Hay una escena que veo con dolor todos los
días: la del pocotón de gente haciendo colas en las cercanías del abasto
Bicentenario.
Llueva o haga sol, uno los
ve, pobrecitos, esperando que el miliciano gordinflón y bien mayorcito de edad
decida abrir el brete por donde canaliza la cola para comprar la harina Pan, el
aceite, la leche en polvo, o lo que la “magnanimidad” oficial haya decidido
proveer ese día. Y pensar que hace unos
pocos años, a ti te parecía poco creíble cuando alguien que había regresado de
Cuba te contaba que la gente salía (todavía sale) con una bolsa plástica vacía
en el bolsillo para, al apenas ver una cola, meterse en ella y tener donde
guardar lo que iba a conseguir, sin saber siquiera qué era lo que iba a obtener. Y sin saber si lo iba a lograr, porque
probablemente, al rato un miliciano —menos rechoncho y entrado en años que el
nuestro— iba a informar que se había
acabado lo que la chochocracia cubana y sus cómplices venezolanos nos habían sustraído
para venderlo allá.
Hoy estamos igualitos que eso que el finado
difunto que se murió llamó, con hipérbole, “la isla de la felicidad”. ¡Ah, pero con un plus! Allá, la tarjeta con la que se limita los
productos que pueden ser comprados sigue siendo un cuadernito con tapas de
cartulina, mientras que la de aquí va a ser digitalizada. O sea, “Racionamiento 2.0”. Y asesorada por el CNE y la eterna Tibisay, a
quien los rojos no quieren relevar a pesar del fin de su período, porque les ha
resultado buenísima en eso de garantizar éxitos al oficialismo y en hacerse la
loca para pedir partidas de nacimiento.
Y, al igual que en Cuba, los jerarcas del
régimen, de Platanote para abajo, recitan los mismos versos justificatorios
para tratar de ocultar su incapacidad y su corrupta rapacidad. La culpa es del imperio maluco, de los especuladores
despiadados, de los escuálidos disfrazados de empresarios, de los enemigos
saboteadores. De todo el mundo, excepto
ellos. Uno de los ejemplos más recientes
de esa mojiganga es lo que ha declarado varias veces el “perpicaz” superintendente
de Precios Injustos. Según él, luego de
reiterar que las medidas de “control biométrico” no son para establecer un
racionamiento, sino para evitar el “sabotaje para culpar al gobierno de las
colas”. ¡Necio, no mires las colas de
adentro —que son más la consecuencia de la nefasta Ley del Trabajo, que incita
al ausentismo laboral, que culpa de la gerencia! ¡Mira las de afuera, que son quince y veinte
veces más grandes! Y que son causadas
por el raquítico suministro que ustedes hacen de los productos. Porque, en su intento de igualar por debajo a
todos, arruinaron ex profeso, a los productores nacionales y a las
comercializadoras grandes pero no fueron capaces de igualarlos en eficiencia. No se percataron de lo que explicaba Pero
Grullo: “quien mucho abarca, poco aprieta”.

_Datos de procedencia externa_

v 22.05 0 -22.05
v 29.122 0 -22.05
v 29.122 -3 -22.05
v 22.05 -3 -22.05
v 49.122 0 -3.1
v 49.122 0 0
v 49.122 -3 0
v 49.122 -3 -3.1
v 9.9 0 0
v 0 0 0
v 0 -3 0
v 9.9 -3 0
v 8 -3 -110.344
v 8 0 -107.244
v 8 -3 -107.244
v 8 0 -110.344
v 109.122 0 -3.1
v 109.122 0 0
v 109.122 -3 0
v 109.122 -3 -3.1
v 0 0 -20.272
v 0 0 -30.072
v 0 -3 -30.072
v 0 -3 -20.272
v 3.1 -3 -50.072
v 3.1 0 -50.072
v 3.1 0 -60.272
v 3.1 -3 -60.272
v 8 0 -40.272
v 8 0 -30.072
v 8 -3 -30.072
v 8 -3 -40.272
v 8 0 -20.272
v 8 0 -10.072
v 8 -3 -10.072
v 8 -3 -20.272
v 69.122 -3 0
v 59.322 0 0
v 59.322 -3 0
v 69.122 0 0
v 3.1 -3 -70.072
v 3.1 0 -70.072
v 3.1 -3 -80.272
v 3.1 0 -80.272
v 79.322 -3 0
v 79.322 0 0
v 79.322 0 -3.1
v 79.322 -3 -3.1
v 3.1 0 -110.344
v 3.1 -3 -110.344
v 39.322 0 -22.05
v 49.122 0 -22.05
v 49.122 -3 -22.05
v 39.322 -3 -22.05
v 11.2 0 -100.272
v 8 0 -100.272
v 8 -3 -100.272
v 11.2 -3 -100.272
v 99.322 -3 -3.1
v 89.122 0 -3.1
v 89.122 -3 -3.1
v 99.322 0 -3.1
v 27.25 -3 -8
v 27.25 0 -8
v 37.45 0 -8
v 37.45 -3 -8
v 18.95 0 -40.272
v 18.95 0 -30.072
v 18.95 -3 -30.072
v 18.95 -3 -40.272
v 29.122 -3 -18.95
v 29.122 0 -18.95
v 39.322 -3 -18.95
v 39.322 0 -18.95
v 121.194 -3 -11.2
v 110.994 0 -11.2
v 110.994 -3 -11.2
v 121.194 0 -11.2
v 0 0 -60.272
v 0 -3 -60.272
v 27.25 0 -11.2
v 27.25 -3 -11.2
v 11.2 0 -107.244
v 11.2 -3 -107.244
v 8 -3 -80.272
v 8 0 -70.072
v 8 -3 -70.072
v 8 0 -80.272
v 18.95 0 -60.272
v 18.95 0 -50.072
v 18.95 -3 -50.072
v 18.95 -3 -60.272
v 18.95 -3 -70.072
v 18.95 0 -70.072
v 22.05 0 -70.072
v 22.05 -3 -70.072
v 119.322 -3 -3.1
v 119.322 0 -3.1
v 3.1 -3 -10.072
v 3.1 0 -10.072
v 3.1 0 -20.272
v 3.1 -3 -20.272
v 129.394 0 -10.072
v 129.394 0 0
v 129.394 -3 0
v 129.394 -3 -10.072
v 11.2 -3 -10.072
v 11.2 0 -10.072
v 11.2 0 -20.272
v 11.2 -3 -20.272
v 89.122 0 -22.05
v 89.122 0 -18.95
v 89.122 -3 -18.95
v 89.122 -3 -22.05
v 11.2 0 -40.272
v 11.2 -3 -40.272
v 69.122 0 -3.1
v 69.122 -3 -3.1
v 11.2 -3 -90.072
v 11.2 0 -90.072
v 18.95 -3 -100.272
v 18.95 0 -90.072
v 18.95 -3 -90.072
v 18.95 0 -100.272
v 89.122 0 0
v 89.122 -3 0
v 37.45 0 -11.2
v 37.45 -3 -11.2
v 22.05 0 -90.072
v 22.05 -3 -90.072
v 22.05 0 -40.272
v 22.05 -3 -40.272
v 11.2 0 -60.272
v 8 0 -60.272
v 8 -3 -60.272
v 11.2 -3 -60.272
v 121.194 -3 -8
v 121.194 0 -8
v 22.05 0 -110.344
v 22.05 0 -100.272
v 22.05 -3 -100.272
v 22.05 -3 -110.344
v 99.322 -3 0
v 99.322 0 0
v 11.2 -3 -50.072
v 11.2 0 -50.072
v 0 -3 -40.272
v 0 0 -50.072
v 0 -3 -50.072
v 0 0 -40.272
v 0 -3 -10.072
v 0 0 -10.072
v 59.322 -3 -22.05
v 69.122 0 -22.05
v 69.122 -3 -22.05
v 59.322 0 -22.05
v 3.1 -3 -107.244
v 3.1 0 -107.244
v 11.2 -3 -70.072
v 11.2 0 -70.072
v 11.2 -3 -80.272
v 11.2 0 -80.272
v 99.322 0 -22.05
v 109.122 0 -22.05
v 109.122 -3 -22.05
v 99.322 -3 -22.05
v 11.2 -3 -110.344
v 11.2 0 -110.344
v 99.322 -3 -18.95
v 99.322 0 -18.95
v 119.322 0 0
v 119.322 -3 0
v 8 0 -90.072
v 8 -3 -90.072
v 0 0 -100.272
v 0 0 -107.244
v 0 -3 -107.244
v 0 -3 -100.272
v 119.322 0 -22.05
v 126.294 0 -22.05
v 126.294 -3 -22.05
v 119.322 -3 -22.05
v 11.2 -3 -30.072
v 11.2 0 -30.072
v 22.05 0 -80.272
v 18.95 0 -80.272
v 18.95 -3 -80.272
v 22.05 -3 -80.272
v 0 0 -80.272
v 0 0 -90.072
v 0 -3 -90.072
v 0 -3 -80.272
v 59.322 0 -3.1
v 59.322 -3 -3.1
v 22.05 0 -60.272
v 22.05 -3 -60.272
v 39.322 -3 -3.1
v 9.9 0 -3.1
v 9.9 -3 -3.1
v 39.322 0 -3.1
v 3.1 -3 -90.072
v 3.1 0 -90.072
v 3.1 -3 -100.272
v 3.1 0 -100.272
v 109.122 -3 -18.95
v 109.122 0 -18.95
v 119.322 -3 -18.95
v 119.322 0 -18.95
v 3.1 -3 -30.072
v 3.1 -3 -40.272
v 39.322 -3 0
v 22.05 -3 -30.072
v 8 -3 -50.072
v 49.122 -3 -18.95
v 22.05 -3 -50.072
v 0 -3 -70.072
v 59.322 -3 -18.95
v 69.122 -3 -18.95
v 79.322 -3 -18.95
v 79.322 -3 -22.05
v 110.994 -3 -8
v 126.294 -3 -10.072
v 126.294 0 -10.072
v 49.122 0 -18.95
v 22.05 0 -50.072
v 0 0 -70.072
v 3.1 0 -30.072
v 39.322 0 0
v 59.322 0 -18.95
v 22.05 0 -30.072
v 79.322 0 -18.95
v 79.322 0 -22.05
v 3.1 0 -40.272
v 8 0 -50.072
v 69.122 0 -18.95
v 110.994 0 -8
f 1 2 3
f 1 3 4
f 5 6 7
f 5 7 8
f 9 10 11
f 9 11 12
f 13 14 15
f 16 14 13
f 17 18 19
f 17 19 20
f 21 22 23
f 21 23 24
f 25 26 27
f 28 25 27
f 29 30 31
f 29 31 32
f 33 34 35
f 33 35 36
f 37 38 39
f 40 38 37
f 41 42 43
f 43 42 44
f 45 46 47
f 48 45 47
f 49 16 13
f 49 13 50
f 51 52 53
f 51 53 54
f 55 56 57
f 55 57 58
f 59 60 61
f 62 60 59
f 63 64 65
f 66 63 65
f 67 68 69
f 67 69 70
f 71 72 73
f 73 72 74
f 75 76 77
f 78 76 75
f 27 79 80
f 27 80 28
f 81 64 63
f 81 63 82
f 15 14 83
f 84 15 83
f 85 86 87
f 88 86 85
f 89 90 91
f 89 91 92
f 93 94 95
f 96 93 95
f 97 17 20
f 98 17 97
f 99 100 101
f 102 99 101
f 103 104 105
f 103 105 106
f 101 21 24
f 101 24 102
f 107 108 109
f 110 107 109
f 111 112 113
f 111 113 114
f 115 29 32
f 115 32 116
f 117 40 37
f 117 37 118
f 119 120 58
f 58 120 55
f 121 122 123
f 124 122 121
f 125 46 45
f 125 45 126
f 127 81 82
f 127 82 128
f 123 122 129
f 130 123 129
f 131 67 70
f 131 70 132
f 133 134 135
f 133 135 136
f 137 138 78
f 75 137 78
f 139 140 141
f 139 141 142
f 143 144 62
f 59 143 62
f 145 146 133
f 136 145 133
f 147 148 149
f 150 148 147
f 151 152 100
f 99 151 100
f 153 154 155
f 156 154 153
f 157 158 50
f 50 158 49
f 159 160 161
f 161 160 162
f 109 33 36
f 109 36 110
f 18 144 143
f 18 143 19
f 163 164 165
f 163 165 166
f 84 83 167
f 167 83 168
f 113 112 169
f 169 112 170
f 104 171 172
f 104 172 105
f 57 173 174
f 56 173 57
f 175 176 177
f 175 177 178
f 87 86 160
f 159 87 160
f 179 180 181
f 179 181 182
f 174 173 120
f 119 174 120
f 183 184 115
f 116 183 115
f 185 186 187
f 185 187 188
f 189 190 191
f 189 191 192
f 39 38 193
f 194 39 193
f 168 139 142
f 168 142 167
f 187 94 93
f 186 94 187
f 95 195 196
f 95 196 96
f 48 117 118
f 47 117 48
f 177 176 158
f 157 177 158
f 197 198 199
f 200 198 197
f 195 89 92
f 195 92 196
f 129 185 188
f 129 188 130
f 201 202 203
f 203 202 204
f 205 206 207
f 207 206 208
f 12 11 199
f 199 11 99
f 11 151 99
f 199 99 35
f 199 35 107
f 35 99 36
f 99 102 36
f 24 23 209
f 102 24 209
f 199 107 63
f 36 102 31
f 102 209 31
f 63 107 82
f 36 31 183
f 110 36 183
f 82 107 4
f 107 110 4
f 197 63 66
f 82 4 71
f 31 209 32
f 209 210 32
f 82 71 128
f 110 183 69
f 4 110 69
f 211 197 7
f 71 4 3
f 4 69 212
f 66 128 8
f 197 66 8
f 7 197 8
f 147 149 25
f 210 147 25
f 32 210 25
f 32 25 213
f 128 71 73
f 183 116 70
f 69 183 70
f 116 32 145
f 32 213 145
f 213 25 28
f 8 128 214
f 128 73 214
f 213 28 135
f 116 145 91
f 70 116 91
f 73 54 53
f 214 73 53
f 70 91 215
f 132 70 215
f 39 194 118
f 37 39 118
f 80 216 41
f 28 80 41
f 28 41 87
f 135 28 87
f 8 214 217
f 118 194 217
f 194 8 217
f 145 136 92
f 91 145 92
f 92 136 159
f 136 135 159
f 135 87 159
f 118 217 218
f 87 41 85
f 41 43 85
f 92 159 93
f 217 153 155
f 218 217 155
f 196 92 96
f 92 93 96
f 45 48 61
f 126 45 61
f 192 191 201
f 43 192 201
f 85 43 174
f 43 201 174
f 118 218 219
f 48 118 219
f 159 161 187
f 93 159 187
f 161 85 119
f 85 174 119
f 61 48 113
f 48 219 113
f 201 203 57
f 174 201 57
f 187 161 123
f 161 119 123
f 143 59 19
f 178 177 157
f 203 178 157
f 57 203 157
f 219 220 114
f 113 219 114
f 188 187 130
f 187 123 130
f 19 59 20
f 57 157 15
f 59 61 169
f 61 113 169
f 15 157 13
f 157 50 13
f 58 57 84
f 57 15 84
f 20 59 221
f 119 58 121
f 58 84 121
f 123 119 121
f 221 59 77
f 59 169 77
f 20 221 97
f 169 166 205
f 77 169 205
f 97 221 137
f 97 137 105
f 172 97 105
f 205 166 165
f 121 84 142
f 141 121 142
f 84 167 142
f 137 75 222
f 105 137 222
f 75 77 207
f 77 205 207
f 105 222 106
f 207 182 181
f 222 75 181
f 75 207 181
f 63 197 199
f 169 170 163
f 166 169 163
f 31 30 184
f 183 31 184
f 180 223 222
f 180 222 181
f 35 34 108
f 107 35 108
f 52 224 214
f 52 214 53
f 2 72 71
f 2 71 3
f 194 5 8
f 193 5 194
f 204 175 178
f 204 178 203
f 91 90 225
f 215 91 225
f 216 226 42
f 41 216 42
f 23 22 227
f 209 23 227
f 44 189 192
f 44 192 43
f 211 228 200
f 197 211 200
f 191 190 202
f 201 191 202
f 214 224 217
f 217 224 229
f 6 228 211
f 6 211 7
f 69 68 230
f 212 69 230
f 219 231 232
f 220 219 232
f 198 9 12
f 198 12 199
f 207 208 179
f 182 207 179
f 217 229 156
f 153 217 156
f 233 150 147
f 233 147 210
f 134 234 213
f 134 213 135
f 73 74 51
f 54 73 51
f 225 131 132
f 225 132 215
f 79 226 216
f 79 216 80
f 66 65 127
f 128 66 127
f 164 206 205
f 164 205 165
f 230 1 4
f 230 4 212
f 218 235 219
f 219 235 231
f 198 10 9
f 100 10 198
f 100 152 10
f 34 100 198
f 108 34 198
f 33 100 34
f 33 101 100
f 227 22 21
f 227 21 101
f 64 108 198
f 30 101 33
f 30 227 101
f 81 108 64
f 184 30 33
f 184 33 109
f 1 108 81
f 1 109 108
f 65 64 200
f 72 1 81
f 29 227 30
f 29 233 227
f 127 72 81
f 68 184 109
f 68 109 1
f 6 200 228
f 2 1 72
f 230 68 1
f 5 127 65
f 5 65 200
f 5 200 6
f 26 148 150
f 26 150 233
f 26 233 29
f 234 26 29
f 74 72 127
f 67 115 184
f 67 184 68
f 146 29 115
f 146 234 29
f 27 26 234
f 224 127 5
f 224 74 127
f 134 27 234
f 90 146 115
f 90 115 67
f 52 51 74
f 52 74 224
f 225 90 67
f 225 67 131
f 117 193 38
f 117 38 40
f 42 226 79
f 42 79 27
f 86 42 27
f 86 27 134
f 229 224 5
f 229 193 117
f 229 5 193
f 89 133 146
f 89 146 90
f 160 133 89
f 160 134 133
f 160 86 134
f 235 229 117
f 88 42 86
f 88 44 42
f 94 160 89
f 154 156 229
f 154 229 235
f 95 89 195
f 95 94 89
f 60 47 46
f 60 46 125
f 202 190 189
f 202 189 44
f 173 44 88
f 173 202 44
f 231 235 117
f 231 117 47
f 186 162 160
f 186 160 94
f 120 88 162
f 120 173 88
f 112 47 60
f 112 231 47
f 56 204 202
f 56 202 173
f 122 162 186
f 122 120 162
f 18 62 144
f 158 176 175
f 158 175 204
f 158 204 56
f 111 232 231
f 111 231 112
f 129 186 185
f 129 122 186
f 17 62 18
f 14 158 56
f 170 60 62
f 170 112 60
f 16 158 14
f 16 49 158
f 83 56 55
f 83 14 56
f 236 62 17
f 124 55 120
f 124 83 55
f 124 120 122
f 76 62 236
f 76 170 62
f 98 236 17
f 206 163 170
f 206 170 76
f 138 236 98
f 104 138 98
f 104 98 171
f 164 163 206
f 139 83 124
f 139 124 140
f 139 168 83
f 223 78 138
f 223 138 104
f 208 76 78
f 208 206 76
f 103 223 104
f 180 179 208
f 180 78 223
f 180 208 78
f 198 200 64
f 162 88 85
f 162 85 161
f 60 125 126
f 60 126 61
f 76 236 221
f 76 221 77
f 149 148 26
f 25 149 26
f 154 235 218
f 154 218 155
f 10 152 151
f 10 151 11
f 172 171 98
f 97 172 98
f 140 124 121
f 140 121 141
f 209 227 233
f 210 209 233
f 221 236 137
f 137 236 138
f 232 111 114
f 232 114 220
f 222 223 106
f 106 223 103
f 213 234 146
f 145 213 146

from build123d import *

# Parameters (mm, degrees)
BOSS_EXTRUDE1_DEPTH = 3
SKETCH4_W           = 10.2
SKETCH4_H           = 3.2
SKETCH4_W_2         = 3.2
SKETCH4_H_2         = 10.2
SKETCH4_W_3         = 29.422217102
SKETCH4_H_3         = 12.077782898
CUT_EXTRUDE1_DEPTH  = 4


with BuildPart() as part:
    # Sketch1 → Boss-Extrude1 (new body)
    with BuildSketch(Plane(origin=(0, 0, 0), x_dir=(1, 0, 0), z_dir=(0, 1, 0))):
        Polygon((129.394434203, 22.05), (22.05, 22.05), (22.05, 110.344434203), (0, 110.344434203), (0, 0), (129.394434203, 0), align=None)
    extrude(amount=-BOSS_EXTRUDE1_DEPTH)

    # Sketch4 → Cut-Extrude1 (cut, through all)
    with BuildSketch(Plane(origin=(0, 0, 0), x_dir=(1, 0, 0), z_dir=(0, 1, 0))):
        with Locations((54.222217102, 20.55)):
            Rectangle(SKETCH4_W, SKETCH4_H)
        with Locations((74.222217102, 20.55)):
            Rectangle(SKETCH4_W, SKETCH4_H)
        with Locations((114.222217102, 1.5)):
            Rectangle(SKETCH4_W, SKETCH4_H)
        with Locations((1.5, 15.172217102)):
            Rectangle(SKETCH4_W_2, SKETCH4_H_2)
        with Locations((34.222217102, 20.55)):
            Rectangle(SKETCH4_W, SKETCH4_H)
        with Locations((24.611108551, 1.5)):
            Rectangle(SKETCH4_W_3, SKETCH4_H)
        with Locations((32.35, 9.6)):
            Rectangle(SKETCH4_W, SKETCH4_H)
        with Locations((54.222217102, 1.5)):
            Rectangle(SKETCH4_W, SKETCH4_H)
        with Locations((74.222217102, 1.5)):
            Rectangle(SKETCH4_W, SKETCH4_H)
        with Locations((9.6, 15.172217102)):
            Rectangle(SKETCH4_W_2, SKETCH4_H_2)
        with Locations((1.5, 35.172217102)):
            Rectangle(SKETCH4_W_2, SKETCH4_H_2)
        with Locations((9.6, 35.172217102)):
            Rectangle(SKETCH4_W_2, SKETCH4_H_2)
        with Locations((20.55, 35.172217102)):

¿Cuántas horas-hombre se han perdido en las
colas? Unos, haciéndolas, y otros,
vigilándolas. La mamá a la que le tocar
hacer una larga fila para comprar pañales —con el agravio añadido de tener que
llevar la partida de nacimiento del hijo para probar que no es una
acaparadora—, ¿no estaría cumpliendo un mejor papel si estuviese al lado de ese
niño, queriéndolo y enseñándole cosas nuevas?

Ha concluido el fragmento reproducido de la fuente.